→ What you need to do:
Set out exactly, line by line, the stretch of data below that begins at the line containing "e66 v49 v49" and ends at the line containing "e70 v48 v39 LINE", with both ends kept.

Collected data entries
----------
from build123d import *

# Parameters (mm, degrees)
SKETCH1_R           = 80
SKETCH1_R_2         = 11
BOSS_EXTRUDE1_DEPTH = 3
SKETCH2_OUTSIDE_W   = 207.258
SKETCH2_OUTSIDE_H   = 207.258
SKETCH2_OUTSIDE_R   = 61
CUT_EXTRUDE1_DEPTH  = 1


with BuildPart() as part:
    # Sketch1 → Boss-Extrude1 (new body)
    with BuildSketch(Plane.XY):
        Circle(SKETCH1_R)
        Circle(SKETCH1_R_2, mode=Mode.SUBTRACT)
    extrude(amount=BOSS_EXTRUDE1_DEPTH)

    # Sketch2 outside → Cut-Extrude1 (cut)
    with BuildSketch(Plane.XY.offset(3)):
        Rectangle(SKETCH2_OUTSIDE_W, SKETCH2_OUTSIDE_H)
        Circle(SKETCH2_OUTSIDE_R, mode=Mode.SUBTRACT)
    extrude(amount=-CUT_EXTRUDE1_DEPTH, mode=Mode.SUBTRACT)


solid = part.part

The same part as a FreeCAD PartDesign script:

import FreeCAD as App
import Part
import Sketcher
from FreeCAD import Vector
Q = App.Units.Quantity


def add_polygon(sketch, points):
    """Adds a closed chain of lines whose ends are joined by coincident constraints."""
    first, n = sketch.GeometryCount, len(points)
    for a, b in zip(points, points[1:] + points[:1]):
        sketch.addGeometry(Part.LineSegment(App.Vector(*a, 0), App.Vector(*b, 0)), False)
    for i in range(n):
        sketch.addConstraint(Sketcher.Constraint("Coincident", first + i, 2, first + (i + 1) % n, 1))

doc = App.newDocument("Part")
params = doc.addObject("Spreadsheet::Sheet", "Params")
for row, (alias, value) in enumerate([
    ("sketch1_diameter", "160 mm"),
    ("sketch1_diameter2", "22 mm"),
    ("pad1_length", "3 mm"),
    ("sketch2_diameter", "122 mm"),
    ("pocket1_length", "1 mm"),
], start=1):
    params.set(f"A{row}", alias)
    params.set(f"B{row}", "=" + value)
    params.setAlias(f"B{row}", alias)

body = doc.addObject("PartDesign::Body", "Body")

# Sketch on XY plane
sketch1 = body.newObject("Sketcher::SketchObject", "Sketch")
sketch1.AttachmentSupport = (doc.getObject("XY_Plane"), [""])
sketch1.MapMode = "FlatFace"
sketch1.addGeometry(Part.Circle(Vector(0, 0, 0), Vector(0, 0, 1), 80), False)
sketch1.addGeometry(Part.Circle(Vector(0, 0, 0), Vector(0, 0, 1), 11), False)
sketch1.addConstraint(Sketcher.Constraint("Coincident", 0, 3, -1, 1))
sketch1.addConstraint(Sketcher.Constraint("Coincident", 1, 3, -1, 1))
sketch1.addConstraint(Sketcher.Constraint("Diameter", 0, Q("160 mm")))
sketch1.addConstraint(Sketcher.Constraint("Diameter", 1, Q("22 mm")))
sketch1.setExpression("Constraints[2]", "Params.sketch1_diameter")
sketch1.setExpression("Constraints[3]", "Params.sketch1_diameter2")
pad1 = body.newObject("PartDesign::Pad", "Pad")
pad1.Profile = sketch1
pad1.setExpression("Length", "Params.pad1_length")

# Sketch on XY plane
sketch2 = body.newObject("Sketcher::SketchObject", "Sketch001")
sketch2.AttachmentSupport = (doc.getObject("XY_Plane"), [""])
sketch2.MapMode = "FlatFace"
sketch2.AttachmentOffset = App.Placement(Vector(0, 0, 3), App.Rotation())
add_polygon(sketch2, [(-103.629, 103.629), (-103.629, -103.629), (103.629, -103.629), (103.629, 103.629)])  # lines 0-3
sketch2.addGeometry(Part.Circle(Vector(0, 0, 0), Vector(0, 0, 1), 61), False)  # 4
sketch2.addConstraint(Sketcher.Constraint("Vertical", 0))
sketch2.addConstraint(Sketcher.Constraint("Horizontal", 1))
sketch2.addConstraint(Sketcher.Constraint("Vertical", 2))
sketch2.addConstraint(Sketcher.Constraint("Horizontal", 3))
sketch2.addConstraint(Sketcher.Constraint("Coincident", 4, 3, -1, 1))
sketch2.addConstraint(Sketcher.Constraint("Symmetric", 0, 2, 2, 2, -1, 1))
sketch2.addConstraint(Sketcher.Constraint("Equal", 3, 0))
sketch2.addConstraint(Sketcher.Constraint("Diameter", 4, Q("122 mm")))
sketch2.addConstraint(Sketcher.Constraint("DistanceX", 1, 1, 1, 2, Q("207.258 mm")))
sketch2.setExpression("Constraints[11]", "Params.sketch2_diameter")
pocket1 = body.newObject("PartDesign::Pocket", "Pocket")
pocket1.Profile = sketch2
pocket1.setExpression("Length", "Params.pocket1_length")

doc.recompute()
----------
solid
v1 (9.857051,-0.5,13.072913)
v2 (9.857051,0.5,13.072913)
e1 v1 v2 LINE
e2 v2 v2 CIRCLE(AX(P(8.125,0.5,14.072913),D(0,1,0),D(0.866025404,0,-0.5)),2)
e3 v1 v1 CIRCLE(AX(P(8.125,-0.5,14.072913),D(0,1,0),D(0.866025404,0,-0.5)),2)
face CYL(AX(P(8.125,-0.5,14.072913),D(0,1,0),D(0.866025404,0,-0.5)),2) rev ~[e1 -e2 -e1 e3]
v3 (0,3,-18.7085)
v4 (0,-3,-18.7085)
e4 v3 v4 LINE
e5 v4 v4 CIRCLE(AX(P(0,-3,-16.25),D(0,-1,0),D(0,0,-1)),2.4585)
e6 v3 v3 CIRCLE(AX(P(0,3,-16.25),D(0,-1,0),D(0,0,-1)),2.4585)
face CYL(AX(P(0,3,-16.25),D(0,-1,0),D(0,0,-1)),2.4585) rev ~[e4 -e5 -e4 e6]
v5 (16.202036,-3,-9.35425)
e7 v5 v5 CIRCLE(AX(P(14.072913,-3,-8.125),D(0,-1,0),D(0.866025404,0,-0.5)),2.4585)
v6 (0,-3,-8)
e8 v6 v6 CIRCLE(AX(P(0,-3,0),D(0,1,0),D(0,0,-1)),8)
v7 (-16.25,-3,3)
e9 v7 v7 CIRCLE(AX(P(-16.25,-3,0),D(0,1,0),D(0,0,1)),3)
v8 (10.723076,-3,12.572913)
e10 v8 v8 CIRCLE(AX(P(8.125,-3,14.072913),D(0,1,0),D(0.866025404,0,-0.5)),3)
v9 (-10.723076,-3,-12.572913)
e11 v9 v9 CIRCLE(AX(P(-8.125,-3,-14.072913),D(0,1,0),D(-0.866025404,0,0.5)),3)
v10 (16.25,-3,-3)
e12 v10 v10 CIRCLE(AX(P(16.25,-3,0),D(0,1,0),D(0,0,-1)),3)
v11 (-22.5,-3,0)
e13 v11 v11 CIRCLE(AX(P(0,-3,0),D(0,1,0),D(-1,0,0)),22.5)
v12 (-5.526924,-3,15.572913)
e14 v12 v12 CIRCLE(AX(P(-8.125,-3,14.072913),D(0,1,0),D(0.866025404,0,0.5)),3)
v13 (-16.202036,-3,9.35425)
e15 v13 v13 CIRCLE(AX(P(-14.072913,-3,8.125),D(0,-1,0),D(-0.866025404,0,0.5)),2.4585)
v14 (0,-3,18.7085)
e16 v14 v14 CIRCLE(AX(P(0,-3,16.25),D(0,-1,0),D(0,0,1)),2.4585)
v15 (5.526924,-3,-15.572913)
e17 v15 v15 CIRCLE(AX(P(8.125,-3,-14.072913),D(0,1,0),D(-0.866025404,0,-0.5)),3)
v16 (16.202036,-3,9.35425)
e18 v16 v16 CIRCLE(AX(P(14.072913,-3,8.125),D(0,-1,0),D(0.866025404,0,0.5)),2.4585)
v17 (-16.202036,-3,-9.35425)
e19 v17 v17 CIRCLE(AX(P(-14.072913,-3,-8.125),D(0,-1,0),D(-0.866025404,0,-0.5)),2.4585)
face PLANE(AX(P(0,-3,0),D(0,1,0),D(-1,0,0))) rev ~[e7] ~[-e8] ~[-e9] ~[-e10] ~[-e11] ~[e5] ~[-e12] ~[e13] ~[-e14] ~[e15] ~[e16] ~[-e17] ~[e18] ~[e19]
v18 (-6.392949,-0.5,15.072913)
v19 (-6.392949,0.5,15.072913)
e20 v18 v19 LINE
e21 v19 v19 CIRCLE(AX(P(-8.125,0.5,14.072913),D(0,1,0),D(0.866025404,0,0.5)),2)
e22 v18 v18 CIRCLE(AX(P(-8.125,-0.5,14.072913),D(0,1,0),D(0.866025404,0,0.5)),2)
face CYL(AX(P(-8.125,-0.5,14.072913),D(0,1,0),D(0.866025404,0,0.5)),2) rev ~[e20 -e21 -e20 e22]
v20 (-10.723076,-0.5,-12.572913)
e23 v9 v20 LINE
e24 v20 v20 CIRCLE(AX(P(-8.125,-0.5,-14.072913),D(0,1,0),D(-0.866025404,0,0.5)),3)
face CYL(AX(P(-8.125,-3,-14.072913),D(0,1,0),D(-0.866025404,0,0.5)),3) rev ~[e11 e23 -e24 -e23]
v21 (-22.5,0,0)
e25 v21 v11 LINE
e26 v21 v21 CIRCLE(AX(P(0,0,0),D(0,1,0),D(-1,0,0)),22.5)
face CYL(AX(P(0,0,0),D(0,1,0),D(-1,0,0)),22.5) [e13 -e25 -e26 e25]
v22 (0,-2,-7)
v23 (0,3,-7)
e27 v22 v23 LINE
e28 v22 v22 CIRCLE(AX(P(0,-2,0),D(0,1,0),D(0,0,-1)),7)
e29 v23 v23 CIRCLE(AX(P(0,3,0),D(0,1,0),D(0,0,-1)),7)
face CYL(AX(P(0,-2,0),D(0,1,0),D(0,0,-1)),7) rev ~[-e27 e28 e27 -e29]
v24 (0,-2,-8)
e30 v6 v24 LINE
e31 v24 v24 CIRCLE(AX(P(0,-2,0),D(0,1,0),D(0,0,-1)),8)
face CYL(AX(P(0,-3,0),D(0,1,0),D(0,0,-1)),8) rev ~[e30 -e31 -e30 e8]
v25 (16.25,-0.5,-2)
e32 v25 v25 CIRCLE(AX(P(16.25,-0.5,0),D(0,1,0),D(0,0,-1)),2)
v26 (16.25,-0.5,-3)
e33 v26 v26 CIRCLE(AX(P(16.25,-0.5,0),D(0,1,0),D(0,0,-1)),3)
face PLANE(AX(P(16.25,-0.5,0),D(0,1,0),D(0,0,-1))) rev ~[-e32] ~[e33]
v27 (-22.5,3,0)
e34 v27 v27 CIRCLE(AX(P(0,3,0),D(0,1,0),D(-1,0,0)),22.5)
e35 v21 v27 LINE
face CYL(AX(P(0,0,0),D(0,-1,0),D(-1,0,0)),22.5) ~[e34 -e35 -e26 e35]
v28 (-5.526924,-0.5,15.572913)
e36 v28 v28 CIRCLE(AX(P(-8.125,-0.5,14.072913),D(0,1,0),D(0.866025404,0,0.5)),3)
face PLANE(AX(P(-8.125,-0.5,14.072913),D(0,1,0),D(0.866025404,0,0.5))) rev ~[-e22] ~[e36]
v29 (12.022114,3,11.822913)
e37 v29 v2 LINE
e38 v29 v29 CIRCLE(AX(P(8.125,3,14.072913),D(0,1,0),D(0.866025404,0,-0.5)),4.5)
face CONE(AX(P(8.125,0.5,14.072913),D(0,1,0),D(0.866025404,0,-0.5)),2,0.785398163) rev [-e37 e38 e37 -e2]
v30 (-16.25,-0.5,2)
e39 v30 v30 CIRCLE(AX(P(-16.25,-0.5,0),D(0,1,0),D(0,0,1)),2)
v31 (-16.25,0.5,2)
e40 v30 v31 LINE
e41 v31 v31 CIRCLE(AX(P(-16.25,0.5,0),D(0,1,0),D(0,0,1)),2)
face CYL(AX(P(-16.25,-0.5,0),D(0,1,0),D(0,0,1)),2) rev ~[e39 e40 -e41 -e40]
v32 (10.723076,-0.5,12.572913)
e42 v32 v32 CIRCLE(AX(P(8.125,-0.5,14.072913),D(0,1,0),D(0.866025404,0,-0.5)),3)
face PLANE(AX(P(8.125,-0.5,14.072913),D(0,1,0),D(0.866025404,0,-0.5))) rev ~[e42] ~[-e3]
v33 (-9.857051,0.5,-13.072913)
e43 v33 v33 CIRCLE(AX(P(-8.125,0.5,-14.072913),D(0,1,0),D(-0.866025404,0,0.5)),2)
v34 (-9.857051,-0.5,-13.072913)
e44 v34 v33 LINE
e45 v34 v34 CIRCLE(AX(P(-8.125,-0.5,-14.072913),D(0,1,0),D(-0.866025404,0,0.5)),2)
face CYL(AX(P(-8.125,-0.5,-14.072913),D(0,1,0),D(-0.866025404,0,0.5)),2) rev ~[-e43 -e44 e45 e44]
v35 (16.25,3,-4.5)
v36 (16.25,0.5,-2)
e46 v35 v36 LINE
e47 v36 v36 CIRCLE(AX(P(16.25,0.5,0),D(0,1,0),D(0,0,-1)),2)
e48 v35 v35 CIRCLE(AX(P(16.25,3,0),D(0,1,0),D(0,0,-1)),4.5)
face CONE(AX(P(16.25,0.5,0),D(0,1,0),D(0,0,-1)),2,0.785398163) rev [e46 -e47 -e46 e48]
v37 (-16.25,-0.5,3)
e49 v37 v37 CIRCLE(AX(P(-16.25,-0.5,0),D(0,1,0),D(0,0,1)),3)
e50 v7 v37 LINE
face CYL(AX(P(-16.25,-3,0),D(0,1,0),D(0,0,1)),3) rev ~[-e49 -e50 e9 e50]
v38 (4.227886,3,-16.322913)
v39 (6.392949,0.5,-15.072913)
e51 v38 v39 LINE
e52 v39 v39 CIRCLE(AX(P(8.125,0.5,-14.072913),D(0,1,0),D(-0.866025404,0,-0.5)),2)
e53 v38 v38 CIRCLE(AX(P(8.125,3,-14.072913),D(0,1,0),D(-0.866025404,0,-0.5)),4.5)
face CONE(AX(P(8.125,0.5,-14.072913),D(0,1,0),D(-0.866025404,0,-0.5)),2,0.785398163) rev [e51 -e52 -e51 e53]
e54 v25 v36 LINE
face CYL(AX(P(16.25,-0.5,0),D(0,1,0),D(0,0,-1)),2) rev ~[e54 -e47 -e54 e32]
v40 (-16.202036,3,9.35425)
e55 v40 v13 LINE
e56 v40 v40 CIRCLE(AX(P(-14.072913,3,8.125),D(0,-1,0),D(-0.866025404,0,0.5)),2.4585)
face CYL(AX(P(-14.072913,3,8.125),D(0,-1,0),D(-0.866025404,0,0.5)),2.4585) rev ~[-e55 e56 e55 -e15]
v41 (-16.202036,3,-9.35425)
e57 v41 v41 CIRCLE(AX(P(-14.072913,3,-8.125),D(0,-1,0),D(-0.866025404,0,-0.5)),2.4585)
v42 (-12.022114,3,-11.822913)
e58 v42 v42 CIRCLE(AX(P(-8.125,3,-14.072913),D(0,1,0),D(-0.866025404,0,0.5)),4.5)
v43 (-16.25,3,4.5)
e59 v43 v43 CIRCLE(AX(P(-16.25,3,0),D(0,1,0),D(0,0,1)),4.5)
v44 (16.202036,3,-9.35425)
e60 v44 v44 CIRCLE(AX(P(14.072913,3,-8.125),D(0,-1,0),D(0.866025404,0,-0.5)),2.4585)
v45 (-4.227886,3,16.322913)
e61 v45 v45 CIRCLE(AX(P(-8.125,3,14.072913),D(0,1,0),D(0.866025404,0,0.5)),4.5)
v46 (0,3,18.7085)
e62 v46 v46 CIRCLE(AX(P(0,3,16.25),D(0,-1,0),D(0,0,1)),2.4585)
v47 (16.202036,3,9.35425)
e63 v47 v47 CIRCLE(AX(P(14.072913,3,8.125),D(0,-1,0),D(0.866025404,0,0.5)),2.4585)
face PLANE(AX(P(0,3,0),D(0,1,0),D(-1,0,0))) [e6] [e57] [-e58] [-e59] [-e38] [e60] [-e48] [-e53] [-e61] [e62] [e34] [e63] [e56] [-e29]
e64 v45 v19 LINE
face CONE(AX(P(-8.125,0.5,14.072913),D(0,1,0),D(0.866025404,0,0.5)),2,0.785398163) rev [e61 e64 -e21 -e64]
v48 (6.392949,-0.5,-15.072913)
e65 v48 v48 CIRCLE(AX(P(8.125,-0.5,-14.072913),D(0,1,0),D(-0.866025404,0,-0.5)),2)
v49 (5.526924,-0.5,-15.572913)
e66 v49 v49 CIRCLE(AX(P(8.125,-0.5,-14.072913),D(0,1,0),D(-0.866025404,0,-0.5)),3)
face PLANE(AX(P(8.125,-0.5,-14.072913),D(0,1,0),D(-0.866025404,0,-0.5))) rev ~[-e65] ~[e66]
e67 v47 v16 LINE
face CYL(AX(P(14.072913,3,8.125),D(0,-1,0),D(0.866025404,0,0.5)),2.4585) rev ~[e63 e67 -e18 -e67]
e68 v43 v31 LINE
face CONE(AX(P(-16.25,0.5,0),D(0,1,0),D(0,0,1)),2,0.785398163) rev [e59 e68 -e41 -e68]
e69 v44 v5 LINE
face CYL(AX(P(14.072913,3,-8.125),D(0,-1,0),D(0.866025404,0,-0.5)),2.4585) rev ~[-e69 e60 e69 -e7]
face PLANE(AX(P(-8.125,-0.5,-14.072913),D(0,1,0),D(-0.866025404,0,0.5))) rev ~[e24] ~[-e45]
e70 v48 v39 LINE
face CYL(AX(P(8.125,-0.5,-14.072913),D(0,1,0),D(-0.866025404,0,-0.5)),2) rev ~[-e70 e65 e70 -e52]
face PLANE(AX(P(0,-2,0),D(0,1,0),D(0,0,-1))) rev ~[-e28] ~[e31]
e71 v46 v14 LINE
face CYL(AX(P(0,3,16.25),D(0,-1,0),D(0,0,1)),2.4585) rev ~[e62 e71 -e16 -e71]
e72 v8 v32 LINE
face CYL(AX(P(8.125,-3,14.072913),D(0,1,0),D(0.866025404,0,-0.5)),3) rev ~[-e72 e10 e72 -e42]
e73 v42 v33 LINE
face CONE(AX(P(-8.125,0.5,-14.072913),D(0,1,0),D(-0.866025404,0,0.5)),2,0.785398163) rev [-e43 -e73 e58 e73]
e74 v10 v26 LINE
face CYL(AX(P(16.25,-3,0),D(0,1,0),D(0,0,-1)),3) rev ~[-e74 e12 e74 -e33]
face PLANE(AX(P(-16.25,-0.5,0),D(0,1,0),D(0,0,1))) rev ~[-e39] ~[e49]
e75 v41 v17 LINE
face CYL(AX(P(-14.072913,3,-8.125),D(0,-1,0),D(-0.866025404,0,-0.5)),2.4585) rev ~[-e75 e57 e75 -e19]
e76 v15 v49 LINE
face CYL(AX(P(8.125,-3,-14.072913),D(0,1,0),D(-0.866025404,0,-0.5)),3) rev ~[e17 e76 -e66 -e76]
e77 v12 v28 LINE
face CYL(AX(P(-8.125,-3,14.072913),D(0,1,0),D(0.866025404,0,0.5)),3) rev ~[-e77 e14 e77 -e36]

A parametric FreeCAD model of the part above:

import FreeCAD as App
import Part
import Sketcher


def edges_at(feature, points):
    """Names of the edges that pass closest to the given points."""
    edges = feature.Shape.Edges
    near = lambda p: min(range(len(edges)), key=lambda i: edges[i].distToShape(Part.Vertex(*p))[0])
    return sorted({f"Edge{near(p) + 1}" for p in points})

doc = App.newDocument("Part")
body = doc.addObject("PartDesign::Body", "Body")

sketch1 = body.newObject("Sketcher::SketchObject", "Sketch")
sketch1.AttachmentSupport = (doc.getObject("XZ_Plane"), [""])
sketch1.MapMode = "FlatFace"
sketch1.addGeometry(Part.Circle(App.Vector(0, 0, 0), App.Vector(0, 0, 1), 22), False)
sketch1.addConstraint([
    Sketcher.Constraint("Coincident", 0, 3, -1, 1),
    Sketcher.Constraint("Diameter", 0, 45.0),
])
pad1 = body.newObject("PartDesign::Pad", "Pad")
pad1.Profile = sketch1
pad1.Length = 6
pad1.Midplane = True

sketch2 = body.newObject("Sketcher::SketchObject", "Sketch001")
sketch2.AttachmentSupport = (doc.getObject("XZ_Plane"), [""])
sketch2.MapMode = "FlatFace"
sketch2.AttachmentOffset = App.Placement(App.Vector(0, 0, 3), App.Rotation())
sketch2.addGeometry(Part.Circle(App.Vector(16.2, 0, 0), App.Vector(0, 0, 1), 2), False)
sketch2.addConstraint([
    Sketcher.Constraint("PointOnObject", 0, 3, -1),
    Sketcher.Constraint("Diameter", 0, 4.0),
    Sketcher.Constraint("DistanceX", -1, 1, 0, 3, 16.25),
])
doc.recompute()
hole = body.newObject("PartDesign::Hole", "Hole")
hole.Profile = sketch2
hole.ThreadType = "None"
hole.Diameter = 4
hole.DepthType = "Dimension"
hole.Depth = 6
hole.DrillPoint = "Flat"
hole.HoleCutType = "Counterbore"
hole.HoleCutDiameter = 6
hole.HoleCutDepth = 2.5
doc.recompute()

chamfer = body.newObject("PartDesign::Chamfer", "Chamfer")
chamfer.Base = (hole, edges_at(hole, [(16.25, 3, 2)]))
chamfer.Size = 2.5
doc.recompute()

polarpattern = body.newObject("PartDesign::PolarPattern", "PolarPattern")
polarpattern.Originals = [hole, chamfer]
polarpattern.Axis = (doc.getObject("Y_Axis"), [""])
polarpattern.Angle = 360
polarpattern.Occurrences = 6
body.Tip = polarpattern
----------
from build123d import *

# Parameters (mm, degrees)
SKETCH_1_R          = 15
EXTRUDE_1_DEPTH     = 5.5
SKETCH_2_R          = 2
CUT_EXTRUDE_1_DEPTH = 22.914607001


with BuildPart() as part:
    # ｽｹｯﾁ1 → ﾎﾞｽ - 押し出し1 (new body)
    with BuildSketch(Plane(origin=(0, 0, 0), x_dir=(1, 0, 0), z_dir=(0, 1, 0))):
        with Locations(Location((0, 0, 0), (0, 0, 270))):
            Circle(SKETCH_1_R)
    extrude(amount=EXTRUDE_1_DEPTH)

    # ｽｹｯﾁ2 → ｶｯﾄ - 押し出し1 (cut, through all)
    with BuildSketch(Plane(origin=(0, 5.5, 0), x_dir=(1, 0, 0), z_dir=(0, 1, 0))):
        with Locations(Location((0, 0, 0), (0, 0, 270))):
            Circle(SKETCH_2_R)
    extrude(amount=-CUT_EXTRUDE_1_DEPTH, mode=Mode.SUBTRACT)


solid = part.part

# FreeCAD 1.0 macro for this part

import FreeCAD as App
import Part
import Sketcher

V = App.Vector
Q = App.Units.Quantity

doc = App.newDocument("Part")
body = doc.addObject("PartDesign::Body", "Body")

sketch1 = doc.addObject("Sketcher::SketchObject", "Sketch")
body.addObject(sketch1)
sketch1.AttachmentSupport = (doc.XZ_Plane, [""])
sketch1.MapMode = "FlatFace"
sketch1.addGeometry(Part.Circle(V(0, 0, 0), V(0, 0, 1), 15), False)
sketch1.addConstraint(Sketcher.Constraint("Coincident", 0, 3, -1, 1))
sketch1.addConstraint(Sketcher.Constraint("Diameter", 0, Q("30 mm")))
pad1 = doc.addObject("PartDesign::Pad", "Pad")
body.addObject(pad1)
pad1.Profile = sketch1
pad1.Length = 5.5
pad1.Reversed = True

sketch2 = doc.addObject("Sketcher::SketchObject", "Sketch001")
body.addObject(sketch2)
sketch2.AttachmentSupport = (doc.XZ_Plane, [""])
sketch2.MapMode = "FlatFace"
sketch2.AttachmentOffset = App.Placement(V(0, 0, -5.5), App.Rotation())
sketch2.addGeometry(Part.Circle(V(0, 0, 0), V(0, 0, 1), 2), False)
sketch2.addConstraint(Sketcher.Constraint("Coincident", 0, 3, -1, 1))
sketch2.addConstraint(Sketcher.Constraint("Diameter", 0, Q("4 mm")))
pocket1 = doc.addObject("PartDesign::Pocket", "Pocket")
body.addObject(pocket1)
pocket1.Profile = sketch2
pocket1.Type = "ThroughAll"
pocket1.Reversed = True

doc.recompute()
----------
→ Answer to the problem:
e66 v49 v49 CIRCLE(AX(P(8.125,-0.5,-14.072913),D(0,1,0),D(-0.866025404,0,-0.5)),3)
face PLANE(AX(P(8.125,-0.5,-14.072913),D(0,1,0),D(-0.866025404,0,-0.5))) rev ~[-e65] ~[e66]
e67 v47 v16 LINE
face CYL(AX(P(14.072913,3,8.125),D(0,-1,0),D(0.866025404,0,0.5)),2.4585) rev ~[e63 e67 -e18 -e67]
e68 v43 v31 LINE
face CONE(AX(P(-16.25,0.5,0),D(0,1,0),D(0,0,1)),2,0.785398163) rev [e59 e68 -e41 -e68]
e69 v44 v5 LINE
face CYL(AX(P(14.072913,3,-8.125),D(0,-1,0),D(0.866025404,0,-0.5)),2.4585) rev ~[-e69 e60 e69 -e7]
face PLANE(AX(P(-8.125,-0.5,-14.072913),D(0,1,0),D(-0.866025404,0,0.5))) rev ~[e24] ~[-e45]
e70 v48 v39 LINE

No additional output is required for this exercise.